→ **Material provided**
------

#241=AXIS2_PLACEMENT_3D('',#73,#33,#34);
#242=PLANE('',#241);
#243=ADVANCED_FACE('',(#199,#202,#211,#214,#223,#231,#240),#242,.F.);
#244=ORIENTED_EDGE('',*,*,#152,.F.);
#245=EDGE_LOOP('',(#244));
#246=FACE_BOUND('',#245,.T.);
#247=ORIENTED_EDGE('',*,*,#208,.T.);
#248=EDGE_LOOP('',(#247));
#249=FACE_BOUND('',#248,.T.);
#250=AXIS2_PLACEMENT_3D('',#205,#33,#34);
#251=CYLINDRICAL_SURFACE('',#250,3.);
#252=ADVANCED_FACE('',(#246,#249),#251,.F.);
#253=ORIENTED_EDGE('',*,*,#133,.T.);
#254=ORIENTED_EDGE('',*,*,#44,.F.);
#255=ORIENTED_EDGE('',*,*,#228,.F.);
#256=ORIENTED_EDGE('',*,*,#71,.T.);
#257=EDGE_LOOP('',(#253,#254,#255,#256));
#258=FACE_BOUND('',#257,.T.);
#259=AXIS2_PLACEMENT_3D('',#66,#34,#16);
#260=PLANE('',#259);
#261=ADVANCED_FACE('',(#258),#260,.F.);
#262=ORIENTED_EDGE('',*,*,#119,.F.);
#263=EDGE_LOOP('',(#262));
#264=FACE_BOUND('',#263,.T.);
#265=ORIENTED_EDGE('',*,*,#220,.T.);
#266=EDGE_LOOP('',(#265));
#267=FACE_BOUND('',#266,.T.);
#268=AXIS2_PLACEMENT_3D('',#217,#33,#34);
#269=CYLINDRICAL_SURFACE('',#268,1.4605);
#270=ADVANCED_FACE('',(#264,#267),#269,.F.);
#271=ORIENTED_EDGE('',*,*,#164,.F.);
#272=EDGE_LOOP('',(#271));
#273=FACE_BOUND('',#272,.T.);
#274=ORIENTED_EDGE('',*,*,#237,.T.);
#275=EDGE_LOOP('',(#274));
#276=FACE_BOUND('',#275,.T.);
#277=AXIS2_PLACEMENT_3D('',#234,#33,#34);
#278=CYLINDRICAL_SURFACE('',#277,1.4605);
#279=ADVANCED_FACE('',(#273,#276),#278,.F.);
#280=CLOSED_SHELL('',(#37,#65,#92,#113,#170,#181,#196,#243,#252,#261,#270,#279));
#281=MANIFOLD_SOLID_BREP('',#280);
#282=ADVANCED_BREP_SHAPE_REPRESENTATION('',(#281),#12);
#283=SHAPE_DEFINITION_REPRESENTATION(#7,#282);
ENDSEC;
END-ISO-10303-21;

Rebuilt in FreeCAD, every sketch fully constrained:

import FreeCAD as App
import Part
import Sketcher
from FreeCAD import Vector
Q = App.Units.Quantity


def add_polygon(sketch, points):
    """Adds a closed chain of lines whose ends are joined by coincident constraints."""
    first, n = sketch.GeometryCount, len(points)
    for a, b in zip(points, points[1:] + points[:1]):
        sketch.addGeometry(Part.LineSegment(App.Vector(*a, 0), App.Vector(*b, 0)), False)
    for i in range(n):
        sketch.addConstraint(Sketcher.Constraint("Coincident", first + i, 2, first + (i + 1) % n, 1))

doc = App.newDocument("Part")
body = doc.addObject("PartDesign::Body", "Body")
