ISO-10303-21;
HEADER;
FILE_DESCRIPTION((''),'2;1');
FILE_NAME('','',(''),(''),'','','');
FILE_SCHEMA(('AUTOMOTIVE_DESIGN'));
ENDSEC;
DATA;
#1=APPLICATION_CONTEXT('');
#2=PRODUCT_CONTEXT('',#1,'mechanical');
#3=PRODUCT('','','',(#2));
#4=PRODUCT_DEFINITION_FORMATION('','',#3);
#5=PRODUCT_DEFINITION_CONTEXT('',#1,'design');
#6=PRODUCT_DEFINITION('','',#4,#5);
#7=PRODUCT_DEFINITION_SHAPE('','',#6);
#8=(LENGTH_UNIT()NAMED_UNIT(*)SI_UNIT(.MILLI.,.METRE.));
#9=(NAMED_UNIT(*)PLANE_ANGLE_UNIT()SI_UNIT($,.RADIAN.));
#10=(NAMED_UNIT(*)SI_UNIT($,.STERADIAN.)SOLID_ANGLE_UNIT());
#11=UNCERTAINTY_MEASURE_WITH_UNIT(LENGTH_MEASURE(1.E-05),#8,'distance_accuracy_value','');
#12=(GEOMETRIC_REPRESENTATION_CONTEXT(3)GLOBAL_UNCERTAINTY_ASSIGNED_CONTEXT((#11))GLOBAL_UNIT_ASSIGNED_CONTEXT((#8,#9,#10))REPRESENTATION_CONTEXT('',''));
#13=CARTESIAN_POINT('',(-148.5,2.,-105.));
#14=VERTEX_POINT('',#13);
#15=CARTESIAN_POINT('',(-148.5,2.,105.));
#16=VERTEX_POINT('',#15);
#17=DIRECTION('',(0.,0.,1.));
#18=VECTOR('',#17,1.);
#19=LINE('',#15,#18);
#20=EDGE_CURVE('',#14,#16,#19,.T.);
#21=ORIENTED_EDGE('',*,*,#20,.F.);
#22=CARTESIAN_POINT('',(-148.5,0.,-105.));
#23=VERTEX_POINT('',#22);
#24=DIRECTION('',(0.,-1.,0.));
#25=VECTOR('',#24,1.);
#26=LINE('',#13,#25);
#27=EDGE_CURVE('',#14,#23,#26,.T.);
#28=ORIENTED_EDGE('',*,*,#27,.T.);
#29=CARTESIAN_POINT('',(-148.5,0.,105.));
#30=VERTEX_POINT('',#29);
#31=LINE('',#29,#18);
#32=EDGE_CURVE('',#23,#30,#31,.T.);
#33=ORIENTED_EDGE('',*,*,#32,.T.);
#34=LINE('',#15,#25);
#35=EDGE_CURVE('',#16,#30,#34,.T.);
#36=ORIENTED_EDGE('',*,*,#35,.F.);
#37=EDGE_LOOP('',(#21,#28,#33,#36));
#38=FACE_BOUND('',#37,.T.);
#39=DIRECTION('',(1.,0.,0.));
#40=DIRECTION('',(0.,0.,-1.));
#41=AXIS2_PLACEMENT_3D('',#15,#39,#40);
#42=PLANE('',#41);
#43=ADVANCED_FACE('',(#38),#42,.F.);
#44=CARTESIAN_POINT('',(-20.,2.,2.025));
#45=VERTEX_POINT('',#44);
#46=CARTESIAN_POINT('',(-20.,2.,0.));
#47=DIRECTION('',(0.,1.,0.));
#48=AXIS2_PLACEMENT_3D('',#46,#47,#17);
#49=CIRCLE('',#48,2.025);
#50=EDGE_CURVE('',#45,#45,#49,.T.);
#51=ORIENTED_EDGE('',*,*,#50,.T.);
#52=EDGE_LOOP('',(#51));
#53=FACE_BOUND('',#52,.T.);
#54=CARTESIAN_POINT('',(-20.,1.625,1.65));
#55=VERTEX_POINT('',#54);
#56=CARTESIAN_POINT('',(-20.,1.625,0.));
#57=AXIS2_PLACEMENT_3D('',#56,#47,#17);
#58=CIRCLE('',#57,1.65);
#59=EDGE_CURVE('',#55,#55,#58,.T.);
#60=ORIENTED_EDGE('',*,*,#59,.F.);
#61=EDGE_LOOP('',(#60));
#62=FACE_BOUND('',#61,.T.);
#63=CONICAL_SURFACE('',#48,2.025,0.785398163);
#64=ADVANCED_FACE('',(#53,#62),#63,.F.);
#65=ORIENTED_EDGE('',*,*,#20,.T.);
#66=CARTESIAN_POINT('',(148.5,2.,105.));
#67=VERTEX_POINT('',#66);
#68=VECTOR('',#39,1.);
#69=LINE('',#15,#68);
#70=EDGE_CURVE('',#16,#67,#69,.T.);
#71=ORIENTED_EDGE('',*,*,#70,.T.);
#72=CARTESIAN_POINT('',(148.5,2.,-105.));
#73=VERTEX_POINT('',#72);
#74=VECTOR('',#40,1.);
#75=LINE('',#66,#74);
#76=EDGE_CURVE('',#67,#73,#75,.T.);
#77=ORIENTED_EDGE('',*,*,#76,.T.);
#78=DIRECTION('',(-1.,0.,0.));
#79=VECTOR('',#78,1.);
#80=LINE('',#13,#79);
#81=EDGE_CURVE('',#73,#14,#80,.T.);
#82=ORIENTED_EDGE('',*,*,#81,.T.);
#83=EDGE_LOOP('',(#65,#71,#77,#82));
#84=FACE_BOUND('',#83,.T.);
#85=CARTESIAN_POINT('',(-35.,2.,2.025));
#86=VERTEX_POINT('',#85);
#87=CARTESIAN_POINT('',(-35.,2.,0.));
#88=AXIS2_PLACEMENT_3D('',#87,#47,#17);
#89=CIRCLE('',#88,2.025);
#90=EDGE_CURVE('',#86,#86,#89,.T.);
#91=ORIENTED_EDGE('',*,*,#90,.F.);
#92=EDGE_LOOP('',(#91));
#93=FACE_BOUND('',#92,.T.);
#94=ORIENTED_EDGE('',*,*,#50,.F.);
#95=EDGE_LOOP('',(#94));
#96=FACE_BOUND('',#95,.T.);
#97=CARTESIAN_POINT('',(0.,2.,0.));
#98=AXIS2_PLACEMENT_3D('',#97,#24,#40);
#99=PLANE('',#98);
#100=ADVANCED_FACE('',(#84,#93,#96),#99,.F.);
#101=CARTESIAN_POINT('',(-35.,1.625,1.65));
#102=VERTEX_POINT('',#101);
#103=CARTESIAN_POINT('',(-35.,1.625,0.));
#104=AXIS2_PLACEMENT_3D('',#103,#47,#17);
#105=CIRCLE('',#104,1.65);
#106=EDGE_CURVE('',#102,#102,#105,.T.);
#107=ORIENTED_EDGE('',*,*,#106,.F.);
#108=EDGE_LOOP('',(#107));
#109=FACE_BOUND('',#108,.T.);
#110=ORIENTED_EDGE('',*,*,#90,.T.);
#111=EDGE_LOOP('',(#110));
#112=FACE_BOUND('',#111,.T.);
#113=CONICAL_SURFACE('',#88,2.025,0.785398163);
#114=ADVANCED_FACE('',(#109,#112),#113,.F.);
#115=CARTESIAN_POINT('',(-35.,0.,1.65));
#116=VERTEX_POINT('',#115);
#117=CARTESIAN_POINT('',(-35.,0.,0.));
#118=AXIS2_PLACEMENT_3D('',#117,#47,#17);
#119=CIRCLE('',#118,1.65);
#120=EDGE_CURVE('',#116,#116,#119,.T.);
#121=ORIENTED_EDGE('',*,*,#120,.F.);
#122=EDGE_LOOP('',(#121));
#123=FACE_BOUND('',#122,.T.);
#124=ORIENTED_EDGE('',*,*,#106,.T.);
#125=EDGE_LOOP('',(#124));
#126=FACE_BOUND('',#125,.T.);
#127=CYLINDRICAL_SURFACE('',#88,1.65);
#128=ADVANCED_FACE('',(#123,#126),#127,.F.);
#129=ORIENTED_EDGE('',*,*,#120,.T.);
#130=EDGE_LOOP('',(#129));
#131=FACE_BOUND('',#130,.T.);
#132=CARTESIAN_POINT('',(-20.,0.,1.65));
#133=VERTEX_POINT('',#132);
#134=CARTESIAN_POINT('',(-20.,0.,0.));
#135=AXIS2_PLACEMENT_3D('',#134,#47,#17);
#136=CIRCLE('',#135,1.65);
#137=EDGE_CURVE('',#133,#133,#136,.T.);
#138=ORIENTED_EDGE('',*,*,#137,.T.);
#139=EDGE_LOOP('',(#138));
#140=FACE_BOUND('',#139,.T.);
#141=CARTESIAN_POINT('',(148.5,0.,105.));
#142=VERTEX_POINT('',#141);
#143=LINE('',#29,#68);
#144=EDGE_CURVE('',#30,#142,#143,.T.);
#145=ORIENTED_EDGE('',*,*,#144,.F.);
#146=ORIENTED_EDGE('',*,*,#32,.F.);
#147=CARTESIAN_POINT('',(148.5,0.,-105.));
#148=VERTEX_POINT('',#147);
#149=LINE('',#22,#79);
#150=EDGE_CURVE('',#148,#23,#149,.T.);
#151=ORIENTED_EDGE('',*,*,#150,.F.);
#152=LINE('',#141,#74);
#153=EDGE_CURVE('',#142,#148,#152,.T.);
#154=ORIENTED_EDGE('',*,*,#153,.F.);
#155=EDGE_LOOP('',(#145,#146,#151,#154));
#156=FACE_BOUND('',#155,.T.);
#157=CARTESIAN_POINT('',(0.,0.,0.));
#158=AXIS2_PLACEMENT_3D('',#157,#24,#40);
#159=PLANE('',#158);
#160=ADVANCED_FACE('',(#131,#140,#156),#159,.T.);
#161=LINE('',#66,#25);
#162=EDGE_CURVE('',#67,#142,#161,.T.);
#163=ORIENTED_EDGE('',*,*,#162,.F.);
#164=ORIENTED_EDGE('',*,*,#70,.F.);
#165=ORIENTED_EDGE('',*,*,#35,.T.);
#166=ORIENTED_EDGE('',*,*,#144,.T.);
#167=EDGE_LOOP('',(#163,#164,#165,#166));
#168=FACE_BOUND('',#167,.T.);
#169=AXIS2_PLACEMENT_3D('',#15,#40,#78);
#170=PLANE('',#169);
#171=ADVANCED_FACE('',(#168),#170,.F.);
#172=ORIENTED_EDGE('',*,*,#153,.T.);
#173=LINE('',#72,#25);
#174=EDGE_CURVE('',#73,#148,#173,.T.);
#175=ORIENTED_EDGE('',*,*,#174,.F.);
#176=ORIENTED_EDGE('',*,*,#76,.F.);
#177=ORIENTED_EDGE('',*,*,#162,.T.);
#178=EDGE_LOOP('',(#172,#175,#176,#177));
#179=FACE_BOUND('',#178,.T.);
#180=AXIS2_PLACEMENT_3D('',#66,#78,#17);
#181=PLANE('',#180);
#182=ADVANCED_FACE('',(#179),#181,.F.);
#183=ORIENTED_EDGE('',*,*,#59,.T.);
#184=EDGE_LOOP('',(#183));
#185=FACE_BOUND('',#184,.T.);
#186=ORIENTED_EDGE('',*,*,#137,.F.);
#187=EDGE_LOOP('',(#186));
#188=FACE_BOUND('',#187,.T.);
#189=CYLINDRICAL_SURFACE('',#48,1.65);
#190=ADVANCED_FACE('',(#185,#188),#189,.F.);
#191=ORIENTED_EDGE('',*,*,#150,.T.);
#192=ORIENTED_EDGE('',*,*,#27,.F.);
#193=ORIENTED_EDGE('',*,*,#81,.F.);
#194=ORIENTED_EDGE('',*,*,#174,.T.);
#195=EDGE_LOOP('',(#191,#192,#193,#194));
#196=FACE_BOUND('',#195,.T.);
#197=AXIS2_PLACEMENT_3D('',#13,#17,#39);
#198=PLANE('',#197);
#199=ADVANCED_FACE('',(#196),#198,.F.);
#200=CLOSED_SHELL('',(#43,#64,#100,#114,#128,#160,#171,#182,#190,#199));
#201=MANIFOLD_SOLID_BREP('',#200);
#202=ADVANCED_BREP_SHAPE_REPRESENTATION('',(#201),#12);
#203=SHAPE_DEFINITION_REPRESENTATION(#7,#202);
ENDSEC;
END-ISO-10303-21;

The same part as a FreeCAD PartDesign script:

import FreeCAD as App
import Part
import Sketcher
from FreeCAD import Vector
Q = App.Units.Quantity


def add_polygon(sketch, points):
    """Adds a closed chain of lines whose ends are joined by coincident constraints."""
    first, n = sketch.GeometryCount, len(points)
    for a, b in zip(points, points[1:] + points[:1]):
        sketch.addGeometry(Part.LineSegment(App.Vector(*a, 0), App.Vector(*b, 0)), False)
    for i in range(n):
        sketch.addConstraint(Sketcher.Constraint("Coincident", first + i, 2, first + (i + 1) % n, 1))

doc = App.newDocument("Part")
body = doc.addObject("PartDesign::Body", "Body")

sketch1 = body.newObject("Sketcher::SketchObject", "Sketch")
sketch1.AttachmentSupport = (doc.getObject("XZ_Plane"), [""])
sketch1.MapMode = "FlatFace"
add_polygon(sketch1, [(-148, -105), (-148, 105), (148, 105), (148, -105)])
sketch1.addConstraint([
    Sketcher.Constraint("Vertical", 0),
    Sketcher.Constraint("Horizontal", 1),
    Sketcher.Constraint("Vertical", 2),
    Sketcher.Constraint("Horizontal", 3),
    Sketcher.Constraint("Symmetric", 0, 2, 2, 2, -1, 1),
    Sketcher.Constraint("DistanceX", 1, 1, 1, 2, Q("297 mm")),
    Sketcher.Constraint("DistanceY", 0, 1, 0, 2, Q("210 mm")),
])
pad1 = body.newObject("PartDesign::Pad", "Pad")
pad1.Profile = sketch1
pad1.Length = 2
pad1.Reversed = True

sketch2 = body.newObject("Sketcher::SketchObject", "Sketch001")
sketch2.AttachmentSupport = (doc.getObject("YZ_Plane"), [""])
sketch2.MapMode = "FlatFace"
sketch2.AttachmentOffset = App.Placement(Vector(0, 0, -20), App.Rotation())
add_polygon(sketch2, [(0, 0), (2, 0), (2, 2), (1.6, 1.6), (0, 1.6)])
sketch2.addConstraint([
    Sketcher.Constraint("Horizontal", 0),
    Sketcher.Constraint("Vertical", 1),
    Sketcher.Constraint("Horizontal", 3),
    Sketcher.Constraint("Vertical", 4),
    Sketcher.Constraint("Coincident", 4, 2, -1, 1),
    Sketcher.Constraint("DistanceX", 0, 1, 0, 2, Q("2 mm")),
    Sketcher.Constraint("Angle", 2, Q("-135 deg")),
    Sketcher.Constraint("DistanceY", 4, 2, 4, 1, Q("1.65 mm")),
    Sketcher.Constraint("DistanceX", 3, 2, 3, 1, Q("1.625 mm")),
])
groove = body.newObject("PartDesign::Groove", "Groove")
groove.Profile = sketch2
groove.ReferenceAxis = (sketch2, ["H_Axis"])
groove.Angle = 360
doc.recompute()

linearpattern = body.newObject("PartDesign::LinearPattern", "LinearPattern")
linearpattern.Originals = [groove]
linearpattern.Direction = (doc.getObject("X_Axis"), [""])
linearpattern.Mode = "offset"
linearpattern.Offset = 15
linearpattern.Occurrences = 2
linearpattern.Reversed = True
body.Tip = linearpattern

doc.recompute()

------

→ **Assignment**
Retype exactly the lines above, from the one with "#199=ADVANCED_FACE('',(#196),#198,.F.);" through the one with "The same part", inclusive.

→ **Answer to this exercise**
#199=ADVANCED_FACE('',(#196),#198,.F.);
#200=CLOSED_SHELL('',(#43,#64,#100,#114,#128,#160,#171,#182,#190,#199));
#201=MANIFOLD_SOLID_BREP('',#200);
#202=ADVANCED_BREP_SHAPE_REPRESENTATION('',(#201),#12);
#203=SHAPE_DEFINITION_REPRESENTATION(#7,#202);
ENDSEC;
END-ISO-10303-21;

The same part as a FreeCAD PartDesign script:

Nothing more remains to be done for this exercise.